## EXERCISE DESCRIPTION
Among the entries below, please repeat exactly and only the lines from the line containing "f 222 390 410" to the line containing "f 278 401 400", both lines included.

--- GIVEN DATA Enclosed Below ---

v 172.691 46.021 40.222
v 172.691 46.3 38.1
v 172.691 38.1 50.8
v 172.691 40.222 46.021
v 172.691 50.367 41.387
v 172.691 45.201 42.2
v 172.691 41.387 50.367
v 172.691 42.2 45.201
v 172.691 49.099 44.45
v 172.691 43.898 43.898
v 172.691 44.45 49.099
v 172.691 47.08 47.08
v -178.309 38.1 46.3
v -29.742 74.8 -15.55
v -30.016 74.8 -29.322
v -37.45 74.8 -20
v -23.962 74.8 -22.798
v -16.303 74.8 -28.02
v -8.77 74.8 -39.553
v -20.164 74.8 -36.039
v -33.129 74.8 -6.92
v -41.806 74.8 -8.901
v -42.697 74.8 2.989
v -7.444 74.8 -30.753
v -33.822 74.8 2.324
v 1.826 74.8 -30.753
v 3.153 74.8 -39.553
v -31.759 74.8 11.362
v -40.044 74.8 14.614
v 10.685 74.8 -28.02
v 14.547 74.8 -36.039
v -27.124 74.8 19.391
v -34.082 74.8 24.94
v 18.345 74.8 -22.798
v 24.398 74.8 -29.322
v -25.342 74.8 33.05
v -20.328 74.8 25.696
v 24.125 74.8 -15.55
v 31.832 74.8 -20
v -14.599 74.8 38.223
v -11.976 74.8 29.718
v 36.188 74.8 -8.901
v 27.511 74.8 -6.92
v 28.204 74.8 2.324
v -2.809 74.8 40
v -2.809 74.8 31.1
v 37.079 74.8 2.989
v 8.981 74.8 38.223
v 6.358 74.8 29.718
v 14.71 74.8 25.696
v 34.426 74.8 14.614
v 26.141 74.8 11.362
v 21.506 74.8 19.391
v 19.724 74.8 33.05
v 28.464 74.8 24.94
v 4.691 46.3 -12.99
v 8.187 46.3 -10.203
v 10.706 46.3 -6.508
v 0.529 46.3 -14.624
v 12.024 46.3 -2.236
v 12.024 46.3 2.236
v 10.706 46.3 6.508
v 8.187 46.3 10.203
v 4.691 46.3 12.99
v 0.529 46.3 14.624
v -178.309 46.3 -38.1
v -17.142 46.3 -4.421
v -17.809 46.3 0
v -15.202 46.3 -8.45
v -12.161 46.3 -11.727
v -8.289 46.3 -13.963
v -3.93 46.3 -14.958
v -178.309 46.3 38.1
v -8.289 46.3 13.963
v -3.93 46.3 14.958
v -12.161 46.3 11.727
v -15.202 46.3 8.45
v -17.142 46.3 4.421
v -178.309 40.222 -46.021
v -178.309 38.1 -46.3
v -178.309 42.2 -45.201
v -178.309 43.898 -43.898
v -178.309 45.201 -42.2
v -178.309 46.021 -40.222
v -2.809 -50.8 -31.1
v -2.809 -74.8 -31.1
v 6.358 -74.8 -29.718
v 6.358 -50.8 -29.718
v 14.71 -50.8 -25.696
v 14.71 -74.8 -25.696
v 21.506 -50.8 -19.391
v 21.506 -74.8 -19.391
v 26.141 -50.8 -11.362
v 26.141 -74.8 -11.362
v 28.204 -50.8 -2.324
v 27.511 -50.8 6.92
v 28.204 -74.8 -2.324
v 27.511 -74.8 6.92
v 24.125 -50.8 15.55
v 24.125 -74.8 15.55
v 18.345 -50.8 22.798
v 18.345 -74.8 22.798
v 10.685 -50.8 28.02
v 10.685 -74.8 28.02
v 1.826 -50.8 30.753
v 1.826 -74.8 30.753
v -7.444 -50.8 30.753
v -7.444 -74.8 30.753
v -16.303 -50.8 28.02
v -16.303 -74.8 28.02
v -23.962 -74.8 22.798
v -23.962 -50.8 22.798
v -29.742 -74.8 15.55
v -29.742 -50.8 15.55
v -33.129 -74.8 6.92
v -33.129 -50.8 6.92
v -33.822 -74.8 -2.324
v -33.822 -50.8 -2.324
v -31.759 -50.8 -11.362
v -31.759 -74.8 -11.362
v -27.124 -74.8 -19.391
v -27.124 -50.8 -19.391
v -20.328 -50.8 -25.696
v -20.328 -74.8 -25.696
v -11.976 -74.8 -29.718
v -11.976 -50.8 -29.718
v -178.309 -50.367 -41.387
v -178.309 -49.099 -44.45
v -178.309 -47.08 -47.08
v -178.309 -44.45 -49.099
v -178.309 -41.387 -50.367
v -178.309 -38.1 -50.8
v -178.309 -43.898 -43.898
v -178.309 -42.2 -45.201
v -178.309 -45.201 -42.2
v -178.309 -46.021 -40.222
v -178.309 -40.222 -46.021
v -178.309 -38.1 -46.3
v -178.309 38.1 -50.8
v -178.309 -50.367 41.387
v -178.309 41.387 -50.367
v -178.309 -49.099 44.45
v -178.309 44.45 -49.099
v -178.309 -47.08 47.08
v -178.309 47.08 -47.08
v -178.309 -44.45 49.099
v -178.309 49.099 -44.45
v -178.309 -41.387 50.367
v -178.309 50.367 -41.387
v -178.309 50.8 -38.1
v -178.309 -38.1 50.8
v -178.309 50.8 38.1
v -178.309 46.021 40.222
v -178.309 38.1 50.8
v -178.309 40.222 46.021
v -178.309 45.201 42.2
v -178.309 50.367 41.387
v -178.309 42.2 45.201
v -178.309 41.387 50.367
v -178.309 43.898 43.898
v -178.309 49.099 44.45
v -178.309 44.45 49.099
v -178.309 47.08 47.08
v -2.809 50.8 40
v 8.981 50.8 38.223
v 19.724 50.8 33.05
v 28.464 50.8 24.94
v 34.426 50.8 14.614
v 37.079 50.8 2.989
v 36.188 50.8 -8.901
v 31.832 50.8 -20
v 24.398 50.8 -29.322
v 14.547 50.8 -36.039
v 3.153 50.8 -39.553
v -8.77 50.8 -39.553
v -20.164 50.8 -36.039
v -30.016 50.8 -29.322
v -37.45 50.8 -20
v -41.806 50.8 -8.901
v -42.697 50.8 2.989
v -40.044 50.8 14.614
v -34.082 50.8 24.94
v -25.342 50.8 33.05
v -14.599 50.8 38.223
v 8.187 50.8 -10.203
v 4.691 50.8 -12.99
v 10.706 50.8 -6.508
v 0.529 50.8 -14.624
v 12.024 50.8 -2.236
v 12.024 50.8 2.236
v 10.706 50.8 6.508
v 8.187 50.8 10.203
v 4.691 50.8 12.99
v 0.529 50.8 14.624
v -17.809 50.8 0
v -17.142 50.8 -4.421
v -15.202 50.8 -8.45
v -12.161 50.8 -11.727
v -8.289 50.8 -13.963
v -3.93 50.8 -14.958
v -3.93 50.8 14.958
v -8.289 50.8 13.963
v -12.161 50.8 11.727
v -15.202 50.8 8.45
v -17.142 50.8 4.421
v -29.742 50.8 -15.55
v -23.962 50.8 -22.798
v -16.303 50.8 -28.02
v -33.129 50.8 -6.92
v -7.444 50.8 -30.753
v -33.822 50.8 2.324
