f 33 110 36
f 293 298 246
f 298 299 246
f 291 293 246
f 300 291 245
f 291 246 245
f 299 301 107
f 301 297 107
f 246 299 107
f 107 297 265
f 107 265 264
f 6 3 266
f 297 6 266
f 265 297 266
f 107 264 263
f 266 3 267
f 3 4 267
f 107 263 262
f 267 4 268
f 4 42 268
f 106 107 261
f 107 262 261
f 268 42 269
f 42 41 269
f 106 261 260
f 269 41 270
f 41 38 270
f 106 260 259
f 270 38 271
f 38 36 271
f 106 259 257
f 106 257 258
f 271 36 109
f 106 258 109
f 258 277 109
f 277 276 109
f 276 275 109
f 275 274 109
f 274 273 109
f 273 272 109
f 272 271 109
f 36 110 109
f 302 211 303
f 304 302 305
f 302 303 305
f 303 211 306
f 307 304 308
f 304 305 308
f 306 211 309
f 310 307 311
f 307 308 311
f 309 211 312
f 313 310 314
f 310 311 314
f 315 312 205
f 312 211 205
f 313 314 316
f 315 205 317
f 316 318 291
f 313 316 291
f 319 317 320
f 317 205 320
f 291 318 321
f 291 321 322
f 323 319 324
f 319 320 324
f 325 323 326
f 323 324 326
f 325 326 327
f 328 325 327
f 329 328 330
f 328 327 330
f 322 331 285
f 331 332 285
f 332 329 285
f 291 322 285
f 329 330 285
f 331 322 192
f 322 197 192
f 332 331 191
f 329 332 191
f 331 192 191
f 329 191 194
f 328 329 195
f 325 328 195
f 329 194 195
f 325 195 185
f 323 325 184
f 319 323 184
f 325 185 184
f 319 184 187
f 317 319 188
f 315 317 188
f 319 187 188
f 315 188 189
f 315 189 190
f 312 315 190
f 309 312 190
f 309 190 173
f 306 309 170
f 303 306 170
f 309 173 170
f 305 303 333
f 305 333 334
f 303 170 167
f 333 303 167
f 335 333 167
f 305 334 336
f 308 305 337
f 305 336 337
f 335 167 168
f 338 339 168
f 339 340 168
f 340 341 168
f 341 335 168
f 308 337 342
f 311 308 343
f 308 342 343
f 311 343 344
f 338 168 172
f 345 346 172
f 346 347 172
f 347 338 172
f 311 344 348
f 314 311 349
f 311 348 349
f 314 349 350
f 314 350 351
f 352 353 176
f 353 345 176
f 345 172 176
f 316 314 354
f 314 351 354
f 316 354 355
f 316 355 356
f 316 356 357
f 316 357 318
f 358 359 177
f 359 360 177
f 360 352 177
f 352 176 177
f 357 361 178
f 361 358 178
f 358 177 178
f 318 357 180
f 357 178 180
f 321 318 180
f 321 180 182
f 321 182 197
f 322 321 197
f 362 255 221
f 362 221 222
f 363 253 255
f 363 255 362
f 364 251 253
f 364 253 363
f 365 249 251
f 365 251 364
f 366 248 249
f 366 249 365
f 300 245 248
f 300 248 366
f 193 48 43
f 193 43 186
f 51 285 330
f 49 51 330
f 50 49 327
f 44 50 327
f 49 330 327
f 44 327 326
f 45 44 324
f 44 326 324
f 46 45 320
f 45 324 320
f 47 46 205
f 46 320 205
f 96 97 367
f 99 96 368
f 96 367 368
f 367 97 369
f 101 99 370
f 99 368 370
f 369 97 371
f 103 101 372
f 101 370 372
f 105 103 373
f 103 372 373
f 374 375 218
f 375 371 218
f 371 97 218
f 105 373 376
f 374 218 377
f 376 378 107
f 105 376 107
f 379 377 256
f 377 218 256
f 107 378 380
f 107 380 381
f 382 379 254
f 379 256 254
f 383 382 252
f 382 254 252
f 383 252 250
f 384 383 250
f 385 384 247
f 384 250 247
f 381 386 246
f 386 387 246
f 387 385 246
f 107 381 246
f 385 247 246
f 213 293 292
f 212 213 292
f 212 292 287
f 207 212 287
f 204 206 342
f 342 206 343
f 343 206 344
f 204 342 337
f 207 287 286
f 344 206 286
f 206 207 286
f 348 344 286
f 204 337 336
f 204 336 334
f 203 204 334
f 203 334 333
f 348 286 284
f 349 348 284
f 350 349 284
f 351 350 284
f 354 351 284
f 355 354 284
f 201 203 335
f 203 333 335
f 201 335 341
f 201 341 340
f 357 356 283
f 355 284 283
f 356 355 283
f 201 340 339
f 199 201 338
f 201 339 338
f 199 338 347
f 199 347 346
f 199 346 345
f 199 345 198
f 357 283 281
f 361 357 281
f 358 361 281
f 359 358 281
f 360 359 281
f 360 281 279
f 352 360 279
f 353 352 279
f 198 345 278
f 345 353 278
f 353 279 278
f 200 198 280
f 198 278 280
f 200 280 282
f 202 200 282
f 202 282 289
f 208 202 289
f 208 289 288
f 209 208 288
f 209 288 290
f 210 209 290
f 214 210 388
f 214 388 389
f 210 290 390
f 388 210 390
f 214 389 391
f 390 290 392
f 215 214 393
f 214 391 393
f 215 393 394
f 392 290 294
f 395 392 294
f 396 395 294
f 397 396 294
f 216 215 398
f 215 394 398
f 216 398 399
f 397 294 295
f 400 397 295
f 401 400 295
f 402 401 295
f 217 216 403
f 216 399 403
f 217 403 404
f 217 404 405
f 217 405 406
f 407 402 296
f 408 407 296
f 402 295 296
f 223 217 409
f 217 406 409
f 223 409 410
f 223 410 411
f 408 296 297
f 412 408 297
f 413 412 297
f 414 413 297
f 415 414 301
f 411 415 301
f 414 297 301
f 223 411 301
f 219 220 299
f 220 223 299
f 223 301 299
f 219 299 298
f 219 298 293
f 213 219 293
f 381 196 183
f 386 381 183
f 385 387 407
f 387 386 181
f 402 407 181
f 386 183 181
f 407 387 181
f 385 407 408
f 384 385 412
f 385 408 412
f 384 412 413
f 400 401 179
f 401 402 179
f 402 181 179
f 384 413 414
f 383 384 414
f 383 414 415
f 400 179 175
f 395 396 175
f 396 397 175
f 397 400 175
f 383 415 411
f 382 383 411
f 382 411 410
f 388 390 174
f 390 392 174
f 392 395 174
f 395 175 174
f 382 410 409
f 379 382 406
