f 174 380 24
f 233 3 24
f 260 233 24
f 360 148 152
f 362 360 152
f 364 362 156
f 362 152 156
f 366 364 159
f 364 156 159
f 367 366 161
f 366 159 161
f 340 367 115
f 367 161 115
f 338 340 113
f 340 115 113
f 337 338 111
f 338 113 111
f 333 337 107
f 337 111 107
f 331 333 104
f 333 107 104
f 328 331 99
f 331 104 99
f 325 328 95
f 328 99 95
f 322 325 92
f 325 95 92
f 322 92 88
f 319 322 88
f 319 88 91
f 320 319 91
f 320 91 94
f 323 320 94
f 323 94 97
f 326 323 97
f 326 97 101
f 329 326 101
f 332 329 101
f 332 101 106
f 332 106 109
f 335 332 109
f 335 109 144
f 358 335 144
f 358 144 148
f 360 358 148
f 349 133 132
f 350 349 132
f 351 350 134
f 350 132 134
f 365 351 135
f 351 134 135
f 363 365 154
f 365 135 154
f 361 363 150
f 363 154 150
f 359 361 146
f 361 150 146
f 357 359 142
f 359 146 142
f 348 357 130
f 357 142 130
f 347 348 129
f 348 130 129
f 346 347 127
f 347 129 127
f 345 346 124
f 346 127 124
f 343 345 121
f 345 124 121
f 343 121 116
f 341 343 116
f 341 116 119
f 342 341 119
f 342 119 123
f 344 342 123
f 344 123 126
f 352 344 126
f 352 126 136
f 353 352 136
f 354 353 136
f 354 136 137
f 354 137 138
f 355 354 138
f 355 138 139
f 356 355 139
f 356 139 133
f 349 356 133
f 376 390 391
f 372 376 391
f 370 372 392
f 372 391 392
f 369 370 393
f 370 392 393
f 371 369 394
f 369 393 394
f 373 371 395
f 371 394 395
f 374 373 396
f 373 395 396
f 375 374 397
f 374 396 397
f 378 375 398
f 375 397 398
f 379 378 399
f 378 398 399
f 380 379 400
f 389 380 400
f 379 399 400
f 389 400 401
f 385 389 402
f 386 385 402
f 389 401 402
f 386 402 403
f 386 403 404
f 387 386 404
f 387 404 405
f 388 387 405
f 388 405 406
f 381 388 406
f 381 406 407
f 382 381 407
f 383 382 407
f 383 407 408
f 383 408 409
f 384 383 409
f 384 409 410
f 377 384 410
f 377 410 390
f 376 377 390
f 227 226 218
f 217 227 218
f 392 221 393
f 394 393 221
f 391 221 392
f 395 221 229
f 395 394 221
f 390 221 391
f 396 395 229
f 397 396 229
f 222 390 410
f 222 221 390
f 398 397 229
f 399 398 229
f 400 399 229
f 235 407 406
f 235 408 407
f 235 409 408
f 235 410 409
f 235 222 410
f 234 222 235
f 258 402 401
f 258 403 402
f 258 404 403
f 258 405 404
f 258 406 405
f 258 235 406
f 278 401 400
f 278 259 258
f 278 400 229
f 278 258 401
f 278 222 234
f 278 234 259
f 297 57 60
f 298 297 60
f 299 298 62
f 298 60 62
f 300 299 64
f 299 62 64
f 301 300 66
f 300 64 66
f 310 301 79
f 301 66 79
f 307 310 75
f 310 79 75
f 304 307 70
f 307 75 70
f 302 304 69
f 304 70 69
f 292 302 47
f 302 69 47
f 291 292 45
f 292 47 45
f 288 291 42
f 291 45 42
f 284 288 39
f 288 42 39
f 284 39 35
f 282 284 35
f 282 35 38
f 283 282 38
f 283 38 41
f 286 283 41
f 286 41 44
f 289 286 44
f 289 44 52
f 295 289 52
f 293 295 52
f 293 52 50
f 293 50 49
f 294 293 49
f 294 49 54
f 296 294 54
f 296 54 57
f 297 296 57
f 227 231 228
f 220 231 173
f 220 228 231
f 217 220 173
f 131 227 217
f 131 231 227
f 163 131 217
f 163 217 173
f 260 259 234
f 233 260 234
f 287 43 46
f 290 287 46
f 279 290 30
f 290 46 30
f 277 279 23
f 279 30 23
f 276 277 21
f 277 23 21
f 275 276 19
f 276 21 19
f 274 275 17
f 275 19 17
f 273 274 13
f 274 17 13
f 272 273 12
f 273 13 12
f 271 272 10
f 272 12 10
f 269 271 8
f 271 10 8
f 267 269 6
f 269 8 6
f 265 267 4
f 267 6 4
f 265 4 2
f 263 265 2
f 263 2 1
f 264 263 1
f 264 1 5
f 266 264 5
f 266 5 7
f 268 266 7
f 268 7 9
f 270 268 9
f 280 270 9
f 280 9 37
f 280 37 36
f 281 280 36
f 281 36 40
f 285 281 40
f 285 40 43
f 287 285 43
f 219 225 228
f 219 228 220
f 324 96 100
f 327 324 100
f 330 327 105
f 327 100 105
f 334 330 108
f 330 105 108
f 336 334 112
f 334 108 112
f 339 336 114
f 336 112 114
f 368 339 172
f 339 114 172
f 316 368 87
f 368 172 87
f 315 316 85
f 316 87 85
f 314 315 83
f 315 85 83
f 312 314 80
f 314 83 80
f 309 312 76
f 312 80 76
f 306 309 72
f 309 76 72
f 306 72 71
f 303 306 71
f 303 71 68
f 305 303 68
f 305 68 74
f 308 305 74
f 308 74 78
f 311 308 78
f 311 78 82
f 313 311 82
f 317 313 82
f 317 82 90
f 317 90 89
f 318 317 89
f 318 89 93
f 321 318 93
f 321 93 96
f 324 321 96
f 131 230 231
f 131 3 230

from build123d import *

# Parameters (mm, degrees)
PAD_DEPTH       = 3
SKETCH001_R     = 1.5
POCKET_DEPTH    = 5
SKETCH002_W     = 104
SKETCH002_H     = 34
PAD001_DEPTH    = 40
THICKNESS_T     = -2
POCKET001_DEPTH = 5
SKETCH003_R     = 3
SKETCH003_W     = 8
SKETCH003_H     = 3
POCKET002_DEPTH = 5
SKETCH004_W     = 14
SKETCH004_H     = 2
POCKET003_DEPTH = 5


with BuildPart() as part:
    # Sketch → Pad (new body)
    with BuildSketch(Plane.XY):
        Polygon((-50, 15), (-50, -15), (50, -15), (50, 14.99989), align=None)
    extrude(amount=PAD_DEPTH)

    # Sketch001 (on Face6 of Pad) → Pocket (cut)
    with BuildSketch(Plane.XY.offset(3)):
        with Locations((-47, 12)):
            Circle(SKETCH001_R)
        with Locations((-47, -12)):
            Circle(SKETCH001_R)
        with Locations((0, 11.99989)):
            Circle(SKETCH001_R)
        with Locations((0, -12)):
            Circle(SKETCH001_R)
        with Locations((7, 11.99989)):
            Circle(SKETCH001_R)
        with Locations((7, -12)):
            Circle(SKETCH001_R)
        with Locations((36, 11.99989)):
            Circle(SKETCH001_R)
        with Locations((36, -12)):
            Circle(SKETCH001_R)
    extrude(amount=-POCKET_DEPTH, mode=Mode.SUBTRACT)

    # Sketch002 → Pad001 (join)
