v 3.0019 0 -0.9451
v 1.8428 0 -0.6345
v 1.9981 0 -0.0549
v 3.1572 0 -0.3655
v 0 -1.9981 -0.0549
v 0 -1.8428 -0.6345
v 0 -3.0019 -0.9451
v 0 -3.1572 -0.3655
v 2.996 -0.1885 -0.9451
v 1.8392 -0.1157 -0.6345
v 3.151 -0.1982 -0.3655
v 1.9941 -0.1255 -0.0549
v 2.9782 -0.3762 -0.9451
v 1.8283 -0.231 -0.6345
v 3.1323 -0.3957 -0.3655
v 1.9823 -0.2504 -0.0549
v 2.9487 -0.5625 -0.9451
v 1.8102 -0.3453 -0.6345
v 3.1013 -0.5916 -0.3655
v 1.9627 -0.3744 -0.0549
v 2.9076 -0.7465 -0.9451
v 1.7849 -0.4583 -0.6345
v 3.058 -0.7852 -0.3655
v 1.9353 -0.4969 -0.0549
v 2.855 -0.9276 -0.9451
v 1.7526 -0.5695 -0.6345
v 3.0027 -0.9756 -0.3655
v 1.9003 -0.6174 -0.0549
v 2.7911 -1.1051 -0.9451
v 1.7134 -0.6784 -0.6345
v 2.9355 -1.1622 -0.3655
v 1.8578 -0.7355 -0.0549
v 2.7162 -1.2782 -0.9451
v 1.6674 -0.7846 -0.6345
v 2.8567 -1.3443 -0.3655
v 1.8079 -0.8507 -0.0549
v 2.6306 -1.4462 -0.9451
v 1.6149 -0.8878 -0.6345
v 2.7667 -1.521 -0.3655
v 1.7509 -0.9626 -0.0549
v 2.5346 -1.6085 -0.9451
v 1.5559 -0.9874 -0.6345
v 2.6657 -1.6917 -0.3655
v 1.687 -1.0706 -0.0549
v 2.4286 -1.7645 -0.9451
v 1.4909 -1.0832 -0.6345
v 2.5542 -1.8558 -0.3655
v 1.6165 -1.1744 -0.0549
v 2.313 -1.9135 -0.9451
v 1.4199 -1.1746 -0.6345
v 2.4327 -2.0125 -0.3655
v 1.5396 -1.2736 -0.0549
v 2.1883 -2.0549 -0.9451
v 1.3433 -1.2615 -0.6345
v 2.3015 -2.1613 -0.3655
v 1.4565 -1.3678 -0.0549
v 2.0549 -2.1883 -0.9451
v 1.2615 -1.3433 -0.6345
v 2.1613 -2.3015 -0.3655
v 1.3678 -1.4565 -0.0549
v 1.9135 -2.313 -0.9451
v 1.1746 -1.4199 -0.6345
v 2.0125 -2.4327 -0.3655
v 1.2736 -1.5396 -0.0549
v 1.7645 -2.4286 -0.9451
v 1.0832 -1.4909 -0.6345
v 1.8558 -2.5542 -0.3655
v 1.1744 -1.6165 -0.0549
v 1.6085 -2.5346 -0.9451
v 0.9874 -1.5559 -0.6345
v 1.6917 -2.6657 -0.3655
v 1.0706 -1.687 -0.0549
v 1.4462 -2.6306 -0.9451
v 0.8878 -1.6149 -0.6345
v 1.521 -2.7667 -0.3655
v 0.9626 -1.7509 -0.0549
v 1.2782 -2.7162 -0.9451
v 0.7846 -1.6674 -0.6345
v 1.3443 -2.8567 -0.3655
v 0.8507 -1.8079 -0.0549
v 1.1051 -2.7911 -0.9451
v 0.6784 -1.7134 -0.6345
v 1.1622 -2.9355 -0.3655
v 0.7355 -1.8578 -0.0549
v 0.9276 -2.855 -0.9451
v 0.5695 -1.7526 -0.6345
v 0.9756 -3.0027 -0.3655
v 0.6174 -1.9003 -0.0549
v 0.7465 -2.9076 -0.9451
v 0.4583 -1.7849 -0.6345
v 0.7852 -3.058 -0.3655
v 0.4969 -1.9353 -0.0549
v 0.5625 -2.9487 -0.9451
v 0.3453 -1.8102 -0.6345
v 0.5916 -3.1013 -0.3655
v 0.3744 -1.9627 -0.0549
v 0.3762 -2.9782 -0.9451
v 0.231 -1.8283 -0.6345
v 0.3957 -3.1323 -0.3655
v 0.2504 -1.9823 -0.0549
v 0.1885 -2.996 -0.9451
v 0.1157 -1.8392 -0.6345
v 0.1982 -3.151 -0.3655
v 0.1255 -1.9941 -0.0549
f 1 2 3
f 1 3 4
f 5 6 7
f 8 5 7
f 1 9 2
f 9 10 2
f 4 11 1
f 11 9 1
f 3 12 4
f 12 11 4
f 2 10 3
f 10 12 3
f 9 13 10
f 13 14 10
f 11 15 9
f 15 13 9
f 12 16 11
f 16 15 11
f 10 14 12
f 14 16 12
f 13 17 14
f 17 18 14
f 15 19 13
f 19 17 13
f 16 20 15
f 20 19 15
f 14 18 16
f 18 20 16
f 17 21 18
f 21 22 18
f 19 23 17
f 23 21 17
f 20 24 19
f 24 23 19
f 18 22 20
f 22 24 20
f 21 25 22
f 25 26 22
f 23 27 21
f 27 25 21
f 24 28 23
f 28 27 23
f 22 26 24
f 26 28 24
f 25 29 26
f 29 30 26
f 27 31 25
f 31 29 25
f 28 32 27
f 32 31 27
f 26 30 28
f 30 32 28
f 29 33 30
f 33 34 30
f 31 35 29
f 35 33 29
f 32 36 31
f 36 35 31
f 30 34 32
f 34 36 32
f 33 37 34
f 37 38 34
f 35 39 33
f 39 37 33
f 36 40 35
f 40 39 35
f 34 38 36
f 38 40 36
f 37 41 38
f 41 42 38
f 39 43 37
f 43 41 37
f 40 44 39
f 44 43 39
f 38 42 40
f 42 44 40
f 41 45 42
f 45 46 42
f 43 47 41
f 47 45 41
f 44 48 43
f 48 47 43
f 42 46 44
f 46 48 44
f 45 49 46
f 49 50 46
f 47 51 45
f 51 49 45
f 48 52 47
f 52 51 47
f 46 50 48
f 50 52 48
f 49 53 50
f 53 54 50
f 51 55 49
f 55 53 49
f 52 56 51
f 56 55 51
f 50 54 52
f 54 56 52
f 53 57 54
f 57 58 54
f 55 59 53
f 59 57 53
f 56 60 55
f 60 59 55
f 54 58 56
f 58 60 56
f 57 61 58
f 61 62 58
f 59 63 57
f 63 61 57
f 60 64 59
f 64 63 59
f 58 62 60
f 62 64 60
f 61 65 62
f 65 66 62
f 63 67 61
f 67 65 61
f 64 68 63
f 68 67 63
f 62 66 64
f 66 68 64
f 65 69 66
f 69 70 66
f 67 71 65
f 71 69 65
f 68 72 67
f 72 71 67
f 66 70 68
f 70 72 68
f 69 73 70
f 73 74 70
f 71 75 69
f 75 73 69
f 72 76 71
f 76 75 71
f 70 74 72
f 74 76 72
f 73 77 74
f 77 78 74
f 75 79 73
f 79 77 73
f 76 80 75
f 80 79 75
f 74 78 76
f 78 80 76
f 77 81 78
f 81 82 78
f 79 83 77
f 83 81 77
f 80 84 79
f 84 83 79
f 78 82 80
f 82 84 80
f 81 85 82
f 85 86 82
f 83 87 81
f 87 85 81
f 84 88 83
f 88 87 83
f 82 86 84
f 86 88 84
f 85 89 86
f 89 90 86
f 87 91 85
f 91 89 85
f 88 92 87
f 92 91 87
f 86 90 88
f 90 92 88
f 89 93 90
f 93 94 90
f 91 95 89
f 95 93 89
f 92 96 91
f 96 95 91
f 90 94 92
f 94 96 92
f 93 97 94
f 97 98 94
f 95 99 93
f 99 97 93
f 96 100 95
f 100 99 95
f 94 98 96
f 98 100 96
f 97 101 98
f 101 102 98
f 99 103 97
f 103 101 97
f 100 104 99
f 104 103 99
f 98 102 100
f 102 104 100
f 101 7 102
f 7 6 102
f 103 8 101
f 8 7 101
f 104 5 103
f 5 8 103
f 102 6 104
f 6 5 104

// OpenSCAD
$fn=100;
rotate_extrude(angle=-90)
translate([2.5, -0.5, 0])
rotate([0, 0, -15])
square(size=[1.2, 0.6], center=true);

--- End of Enclosed GIVEN DATA ---

## ANSWER
f 222 390 410
f 222 221 390
f 398 397 229
f 399 398 229
f 400 399 229
f 235 407 406
f 235 408 407
f 235 409 408
f 235 410 409
f 235 222 410
f 234 222 235
f 258 402 401
f 258 403 402
f 258 404 403
f 258 405 404
f 258 406 405
f 258 235 406
f 278 401 400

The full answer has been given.